START SUPPLIED MATERIAL
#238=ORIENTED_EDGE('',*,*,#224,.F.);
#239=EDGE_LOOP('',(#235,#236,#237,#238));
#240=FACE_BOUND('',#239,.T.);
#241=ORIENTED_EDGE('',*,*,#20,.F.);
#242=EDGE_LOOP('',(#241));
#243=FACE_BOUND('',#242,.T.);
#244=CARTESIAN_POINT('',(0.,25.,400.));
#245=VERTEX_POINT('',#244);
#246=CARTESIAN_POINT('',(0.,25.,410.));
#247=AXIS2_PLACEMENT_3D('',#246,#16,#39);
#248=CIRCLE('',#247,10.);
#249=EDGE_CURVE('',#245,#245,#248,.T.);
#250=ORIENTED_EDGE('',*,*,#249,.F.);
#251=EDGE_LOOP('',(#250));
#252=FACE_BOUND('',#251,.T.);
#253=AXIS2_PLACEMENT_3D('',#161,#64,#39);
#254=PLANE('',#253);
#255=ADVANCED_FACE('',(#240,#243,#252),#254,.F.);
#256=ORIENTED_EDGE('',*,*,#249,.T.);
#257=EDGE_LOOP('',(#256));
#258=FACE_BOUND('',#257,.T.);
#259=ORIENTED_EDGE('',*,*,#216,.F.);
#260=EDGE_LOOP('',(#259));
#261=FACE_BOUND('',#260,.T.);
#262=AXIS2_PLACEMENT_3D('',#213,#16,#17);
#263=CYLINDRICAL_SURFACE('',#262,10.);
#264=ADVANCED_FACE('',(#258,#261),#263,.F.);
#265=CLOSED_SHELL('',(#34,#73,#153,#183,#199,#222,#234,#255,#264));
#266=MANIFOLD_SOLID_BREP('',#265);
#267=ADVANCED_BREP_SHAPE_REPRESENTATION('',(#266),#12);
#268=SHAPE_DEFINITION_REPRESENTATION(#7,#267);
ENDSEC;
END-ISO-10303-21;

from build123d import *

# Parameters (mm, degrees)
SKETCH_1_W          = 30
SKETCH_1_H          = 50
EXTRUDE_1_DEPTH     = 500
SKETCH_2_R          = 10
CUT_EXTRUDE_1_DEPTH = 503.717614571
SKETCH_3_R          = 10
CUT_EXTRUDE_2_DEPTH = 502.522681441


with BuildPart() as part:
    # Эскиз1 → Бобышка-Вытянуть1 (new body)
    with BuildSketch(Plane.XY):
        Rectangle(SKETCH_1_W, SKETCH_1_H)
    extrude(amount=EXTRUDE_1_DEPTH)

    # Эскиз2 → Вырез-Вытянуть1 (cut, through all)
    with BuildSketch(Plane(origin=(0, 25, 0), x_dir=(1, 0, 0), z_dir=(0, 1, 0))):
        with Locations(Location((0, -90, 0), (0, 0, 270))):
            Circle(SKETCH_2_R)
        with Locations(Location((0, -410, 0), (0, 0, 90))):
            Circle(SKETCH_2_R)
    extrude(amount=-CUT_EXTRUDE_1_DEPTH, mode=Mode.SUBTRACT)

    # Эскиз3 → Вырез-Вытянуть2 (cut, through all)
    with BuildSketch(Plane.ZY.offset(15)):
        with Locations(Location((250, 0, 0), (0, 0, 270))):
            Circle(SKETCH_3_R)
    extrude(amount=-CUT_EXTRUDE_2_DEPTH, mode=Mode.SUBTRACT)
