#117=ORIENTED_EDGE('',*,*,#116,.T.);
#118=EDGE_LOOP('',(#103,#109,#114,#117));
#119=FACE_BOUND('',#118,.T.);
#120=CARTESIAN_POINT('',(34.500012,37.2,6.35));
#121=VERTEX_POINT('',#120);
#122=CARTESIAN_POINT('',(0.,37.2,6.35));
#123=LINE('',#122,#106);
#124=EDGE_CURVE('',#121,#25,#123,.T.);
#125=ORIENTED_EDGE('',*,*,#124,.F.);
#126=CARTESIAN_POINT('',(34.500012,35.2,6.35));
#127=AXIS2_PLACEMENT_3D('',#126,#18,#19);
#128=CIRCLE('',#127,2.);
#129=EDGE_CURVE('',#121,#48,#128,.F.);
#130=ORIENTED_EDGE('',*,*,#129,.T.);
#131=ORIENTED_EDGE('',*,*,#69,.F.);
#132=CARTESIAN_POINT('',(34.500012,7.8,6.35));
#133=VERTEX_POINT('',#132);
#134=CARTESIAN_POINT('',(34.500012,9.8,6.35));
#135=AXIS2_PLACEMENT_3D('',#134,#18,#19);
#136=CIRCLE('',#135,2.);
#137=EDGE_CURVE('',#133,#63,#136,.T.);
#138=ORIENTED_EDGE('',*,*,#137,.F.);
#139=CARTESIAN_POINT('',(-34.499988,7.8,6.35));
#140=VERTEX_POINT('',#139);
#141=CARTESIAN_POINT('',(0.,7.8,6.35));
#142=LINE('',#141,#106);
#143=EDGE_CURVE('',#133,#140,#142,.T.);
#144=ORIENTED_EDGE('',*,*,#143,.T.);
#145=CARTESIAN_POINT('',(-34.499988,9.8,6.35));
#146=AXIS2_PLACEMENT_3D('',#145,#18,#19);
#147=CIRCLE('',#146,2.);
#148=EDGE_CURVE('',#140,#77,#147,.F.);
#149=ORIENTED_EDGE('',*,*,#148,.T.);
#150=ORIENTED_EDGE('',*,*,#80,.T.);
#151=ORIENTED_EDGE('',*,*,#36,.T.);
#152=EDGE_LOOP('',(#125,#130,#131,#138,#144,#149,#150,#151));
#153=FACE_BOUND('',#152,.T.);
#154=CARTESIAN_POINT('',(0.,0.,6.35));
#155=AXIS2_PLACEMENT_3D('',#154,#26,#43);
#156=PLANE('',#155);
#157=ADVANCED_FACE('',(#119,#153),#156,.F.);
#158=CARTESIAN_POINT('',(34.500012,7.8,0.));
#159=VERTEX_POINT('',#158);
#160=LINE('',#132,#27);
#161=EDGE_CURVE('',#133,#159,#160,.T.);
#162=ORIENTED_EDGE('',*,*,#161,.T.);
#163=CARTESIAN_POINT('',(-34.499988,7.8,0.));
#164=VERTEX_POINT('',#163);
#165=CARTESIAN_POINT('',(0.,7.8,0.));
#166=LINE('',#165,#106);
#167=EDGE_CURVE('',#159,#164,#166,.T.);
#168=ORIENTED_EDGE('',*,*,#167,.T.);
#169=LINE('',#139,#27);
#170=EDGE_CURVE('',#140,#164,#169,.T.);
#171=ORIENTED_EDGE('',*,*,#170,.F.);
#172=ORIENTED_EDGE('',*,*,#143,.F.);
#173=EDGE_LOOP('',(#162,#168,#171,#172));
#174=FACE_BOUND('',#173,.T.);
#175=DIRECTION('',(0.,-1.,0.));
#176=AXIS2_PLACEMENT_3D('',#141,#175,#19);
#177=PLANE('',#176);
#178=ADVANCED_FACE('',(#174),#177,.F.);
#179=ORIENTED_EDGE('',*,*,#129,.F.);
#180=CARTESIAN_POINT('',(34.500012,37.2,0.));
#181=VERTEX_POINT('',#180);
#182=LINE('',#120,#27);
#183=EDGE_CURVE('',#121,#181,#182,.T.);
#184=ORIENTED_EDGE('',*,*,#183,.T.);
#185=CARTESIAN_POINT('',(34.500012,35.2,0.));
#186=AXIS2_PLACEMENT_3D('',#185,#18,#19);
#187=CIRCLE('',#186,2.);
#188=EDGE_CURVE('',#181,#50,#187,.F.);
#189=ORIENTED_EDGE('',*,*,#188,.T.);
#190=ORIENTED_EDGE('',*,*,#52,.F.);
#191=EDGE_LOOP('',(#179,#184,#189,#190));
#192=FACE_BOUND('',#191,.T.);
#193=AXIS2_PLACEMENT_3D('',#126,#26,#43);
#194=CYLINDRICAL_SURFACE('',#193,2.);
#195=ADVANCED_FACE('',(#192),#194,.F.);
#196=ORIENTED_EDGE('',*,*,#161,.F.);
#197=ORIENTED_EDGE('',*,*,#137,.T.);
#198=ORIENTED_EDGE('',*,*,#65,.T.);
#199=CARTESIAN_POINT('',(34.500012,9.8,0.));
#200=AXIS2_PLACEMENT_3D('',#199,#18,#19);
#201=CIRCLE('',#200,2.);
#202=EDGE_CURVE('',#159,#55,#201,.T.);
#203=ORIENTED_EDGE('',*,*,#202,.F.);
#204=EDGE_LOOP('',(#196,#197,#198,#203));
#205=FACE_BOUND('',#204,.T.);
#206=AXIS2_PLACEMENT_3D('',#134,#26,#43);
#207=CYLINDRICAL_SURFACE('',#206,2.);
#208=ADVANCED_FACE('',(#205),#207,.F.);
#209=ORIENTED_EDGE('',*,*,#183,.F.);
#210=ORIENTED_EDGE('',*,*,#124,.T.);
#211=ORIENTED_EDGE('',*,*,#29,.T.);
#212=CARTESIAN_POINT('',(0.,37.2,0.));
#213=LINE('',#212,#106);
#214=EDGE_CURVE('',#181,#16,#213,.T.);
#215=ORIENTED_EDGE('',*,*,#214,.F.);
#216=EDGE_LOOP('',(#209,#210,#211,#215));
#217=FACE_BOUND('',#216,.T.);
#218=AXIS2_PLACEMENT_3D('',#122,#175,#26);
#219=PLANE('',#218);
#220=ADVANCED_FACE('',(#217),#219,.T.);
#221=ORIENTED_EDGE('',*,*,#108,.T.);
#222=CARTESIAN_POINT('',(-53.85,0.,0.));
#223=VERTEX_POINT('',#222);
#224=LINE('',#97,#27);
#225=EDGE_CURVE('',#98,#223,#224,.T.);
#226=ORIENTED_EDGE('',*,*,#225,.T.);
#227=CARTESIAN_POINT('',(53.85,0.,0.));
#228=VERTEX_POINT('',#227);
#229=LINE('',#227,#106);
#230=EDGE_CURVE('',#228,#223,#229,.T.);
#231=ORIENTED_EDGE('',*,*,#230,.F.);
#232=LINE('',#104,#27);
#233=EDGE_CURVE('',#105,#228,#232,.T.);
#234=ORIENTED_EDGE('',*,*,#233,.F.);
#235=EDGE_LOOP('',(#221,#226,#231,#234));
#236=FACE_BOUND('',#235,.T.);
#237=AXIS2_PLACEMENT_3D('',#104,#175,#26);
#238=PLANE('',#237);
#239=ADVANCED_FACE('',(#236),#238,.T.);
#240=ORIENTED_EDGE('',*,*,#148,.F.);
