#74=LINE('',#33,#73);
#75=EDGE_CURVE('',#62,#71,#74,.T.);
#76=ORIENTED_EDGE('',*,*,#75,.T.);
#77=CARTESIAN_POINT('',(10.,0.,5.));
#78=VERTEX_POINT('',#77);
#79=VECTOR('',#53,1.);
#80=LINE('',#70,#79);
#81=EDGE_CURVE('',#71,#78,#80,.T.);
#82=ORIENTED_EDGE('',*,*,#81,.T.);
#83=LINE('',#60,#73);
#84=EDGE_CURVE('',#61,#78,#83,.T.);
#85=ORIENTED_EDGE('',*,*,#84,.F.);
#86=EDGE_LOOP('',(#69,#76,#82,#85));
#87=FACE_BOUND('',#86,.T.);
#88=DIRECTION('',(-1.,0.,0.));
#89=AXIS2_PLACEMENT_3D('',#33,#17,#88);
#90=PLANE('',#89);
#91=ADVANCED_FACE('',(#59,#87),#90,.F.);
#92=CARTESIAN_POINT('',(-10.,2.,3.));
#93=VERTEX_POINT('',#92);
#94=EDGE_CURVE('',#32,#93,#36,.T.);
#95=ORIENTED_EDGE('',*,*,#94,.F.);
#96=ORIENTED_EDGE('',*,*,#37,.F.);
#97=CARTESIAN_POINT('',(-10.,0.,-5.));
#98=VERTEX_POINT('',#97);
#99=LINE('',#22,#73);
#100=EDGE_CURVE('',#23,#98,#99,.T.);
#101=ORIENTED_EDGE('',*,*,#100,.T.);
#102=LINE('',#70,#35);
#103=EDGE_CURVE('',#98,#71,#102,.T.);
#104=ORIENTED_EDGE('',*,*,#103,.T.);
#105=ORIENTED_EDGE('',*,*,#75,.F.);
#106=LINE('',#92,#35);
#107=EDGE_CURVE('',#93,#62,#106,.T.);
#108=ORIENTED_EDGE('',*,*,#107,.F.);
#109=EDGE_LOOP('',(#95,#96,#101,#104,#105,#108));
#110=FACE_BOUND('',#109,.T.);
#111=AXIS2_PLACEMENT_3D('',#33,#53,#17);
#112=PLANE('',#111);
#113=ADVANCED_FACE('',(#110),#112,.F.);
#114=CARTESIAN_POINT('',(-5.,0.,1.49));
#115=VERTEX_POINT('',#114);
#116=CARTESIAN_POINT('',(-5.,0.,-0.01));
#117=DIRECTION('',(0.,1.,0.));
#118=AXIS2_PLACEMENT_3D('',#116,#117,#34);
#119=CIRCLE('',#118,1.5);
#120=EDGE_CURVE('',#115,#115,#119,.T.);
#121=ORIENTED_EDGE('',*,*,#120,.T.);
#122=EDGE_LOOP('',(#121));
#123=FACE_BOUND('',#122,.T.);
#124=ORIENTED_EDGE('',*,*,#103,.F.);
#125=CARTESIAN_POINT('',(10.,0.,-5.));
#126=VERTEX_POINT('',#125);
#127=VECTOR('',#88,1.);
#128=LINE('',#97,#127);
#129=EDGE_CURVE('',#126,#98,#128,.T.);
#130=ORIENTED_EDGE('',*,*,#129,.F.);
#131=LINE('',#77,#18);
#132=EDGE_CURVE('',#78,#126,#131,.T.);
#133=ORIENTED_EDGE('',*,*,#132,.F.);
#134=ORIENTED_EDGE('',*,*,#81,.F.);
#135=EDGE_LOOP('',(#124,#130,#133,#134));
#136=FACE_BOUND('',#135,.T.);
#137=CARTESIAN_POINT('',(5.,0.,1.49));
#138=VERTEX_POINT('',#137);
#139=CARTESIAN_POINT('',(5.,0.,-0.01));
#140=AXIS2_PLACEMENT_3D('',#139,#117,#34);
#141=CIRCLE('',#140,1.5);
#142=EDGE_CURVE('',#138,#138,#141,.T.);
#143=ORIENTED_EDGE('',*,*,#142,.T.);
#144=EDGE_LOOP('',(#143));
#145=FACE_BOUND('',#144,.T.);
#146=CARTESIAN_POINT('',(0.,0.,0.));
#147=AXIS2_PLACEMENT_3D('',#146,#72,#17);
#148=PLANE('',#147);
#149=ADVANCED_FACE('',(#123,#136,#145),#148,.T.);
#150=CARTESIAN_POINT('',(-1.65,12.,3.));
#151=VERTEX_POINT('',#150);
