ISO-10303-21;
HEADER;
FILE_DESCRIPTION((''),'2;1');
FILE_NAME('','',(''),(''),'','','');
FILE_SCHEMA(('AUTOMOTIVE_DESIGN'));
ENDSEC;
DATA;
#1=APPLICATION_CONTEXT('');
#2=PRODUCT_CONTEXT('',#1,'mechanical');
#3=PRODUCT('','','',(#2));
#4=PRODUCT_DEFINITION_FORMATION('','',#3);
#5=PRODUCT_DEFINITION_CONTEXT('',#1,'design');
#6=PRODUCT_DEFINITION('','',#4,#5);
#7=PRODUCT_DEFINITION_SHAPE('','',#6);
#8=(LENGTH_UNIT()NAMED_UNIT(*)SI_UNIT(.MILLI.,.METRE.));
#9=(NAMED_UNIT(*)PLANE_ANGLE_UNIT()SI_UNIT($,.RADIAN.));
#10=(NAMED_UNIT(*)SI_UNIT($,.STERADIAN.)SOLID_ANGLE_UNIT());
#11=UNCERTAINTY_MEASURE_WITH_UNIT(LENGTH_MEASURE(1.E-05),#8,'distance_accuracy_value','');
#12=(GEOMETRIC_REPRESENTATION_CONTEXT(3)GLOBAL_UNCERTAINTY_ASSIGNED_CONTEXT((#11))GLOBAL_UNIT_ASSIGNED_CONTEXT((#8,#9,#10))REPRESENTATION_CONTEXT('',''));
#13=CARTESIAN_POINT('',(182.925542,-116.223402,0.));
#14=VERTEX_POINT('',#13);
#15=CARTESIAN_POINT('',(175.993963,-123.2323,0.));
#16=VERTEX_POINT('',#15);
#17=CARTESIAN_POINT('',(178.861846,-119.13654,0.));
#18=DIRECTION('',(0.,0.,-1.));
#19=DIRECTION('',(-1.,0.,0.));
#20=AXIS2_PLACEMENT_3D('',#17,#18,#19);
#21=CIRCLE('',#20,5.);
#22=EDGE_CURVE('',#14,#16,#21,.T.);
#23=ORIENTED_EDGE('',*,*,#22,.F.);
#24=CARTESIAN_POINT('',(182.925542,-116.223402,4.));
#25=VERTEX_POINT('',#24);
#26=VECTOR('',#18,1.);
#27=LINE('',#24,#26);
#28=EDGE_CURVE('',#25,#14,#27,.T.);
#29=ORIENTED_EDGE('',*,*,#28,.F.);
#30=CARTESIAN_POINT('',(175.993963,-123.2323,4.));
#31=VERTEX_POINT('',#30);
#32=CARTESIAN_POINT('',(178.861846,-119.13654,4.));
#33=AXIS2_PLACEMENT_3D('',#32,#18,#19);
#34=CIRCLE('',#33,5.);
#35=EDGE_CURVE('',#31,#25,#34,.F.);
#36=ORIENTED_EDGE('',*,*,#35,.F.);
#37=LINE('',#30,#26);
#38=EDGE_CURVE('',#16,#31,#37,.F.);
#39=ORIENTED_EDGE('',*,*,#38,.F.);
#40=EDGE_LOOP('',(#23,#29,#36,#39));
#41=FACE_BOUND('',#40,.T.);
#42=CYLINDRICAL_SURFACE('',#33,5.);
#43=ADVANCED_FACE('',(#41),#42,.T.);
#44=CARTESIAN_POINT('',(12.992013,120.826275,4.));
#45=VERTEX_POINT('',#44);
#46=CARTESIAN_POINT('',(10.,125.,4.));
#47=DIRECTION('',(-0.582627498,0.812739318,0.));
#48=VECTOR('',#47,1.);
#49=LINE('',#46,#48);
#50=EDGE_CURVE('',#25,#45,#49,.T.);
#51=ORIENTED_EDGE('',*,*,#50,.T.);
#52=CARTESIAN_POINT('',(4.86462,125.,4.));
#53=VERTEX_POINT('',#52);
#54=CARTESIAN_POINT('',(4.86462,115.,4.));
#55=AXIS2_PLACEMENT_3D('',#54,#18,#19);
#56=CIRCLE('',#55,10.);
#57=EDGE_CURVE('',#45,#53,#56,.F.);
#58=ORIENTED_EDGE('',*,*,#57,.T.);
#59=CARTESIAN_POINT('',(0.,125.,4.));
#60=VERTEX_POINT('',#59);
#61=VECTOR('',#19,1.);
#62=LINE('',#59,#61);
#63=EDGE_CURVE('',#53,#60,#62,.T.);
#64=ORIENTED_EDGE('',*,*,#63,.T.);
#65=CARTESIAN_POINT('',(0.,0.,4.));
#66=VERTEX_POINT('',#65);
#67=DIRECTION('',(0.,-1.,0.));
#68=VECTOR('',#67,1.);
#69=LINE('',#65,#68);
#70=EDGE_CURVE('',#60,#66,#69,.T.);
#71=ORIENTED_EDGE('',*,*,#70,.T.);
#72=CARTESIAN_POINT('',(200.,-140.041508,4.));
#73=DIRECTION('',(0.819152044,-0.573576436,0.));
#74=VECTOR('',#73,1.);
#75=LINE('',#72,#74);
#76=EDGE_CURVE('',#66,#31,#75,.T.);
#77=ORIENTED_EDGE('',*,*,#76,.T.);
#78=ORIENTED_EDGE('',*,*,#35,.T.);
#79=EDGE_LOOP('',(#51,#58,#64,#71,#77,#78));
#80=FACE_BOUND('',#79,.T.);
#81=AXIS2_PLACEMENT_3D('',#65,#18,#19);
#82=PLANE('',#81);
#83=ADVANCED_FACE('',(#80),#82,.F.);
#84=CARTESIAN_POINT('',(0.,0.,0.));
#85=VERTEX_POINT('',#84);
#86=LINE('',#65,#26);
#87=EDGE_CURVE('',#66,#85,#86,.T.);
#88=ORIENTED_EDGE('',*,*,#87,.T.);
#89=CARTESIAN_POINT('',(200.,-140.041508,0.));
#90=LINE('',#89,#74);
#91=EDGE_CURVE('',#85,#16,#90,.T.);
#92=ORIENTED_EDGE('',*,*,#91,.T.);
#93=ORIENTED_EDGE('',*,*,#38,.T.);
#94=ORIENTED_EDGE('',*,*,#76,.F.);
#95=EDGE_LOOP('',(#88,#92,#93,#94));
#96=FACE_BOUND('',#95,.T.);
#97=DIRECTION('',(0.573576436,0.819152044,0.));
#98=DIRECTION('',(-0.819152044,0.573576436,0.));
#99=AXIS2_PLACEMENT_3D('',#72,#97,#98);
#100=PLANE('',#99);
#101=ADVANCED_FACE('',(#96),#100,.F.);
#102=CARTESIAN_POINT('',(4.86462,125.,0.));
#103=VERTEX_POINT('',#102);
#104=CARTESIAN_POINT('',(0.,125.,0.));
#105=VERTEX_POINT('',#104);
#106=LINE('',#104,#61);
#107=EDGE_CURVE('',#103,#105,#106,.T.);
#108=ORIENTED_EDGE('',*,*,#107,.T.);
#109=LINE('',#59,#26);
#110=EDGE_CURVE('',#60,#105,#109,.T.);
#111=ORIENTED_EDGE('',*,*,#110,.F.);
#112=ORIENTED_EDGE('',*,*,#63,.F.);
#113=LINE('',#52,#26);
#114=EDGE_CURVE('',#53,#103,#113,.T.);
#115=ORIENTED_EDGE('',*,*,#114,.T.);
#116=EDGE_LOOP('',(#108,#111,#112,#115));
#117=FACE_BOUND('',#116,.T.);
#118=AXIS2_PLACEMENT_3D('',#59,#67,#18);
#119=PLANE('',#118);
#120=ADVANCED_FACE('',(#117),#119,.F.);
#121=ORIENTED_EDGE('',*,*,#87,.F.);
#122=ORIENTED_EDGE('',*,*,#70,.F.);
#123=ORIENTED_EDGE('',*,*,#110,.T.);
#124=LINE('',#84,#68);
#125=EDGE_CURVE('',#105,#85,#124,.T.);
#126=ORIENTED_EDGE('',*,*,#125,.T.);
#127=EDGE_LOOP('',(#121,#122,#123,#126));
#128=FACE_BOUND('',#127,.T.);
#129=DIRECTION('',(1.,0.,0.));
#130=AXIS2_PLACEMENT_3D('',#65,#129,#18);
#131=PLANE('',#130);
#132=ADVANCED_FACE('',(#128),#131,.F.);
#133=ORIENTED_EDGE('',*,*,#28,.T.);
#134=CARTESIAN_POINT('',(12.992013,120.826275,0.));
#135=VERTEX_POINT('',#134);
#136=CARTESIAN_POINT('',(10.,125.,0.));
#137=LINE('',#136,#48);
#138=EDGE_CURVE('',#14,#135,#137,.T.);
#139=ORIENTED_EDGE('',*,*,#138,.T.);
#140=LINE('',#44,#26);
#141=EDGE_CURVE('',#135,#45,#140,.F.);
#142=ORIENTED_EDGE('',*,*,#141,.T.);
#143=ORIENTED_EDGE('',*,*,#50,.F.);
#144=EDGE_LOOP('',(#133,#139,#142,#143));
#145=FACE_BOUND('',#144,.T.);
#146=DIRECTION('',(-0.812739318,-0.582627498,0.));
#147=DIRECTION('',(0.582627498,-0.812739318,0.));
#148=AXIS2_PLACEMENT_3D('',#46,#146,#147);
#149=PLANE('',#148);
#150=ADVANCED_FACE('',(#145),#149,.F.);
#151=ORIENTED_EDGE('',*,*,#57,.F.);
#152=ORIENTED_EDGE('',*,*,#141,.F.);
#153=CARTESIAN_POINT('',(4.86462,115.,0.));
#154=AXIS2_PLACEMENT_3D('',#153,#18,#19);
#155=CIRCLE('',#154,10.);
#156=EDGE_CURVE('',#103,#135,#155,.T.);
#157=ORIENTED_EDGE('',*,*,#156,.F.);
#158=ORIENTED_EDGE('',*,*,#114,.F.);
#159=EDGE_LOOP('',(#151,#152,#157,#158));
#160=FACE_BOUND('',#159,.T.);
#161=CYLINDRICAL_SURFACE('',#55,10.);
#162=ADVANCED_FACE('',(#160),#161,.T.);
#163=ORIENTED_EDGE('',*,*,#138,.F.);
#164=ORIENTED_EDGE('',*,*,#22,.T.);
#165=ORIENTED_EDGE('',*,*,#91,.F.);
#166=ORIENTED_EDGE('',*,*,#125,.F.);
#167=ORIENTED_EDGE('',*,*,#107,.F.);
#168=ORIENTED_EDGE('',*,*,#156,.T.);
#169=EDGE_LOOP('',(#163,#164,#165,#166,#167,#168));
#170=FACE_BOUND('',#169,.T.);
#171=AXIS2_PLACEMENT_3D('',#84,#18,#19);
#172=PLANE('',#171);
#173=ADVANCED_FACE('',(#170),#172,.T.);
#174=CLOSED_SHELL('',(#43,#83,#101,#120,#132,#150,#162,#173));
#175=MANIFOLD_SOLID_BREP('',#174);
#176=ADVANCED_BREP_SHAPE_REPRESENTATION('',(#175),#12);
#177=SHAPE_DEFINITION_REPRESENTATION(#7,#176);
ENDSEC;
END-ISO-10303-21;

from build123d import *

# Parameters (mm, degrees)
EXTRUDE_1_DEPTH = 4
FILLET_1_R      = 5
FILLET_2_R      = 10


with BuildPart() as part:
    # Эскиз1 → Бобышка-Вытянуть1 (new body)
    with BuildSketch(Plane.XY):
        Polygon((0, 0), (0, 125), (10, 125), (200, -140.041507642), align=None)
    extrude(amount=EXTRUDE_1_DEPTH)

    # Скругление1
    fillet_1_edges = [part.edges().sort_by_distance(p)[0] for p in [
        (200, -140.041507642, 2),
    ]]
    fillet(fillet_1_edges, radius=FILLET_1_R)

    # Скругление2
    fillet_2_edges = [part.edges().sort_by_distance(p)[0] for p in [
        (10, 125, 2),
    ]]
    fillet(fillet_2_edges, radius=FILLET_2_R)


solid = part.part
END SUPPLIED MATERIAL
**WORK REQUEST**
Reproduce exactly the first line of the listing and every line after it, through the one containing "#248=CIRCLE('',#247,10.);". Nothing else belongs in the output.

**WRITTEN REPLY**
#238=ORIENTED_EDGE('',*,*,#224,.F.);
#239=EDGE_LOOP('',(#235,#236,#237,#238));
#240=FACE_BOUND('',#239,.T.);
#241=ORIENTED_EDGE('',*,*,#20,.F.);
#242=EDGE_LOOP('',(#241));
#243=FACE_BOUND('',#242,.T.);
#244=CARTESIAN_POINT('',(0.,25.,400.));
#245=VERTEX_POINT('',#244);
#246=CARTESIAN_POINT('',(0.,25.,410.));
#247=AXIS2_PLACEMENT_3D('',#246,#16,#39);
#248=CIRCLE('',#247,10.);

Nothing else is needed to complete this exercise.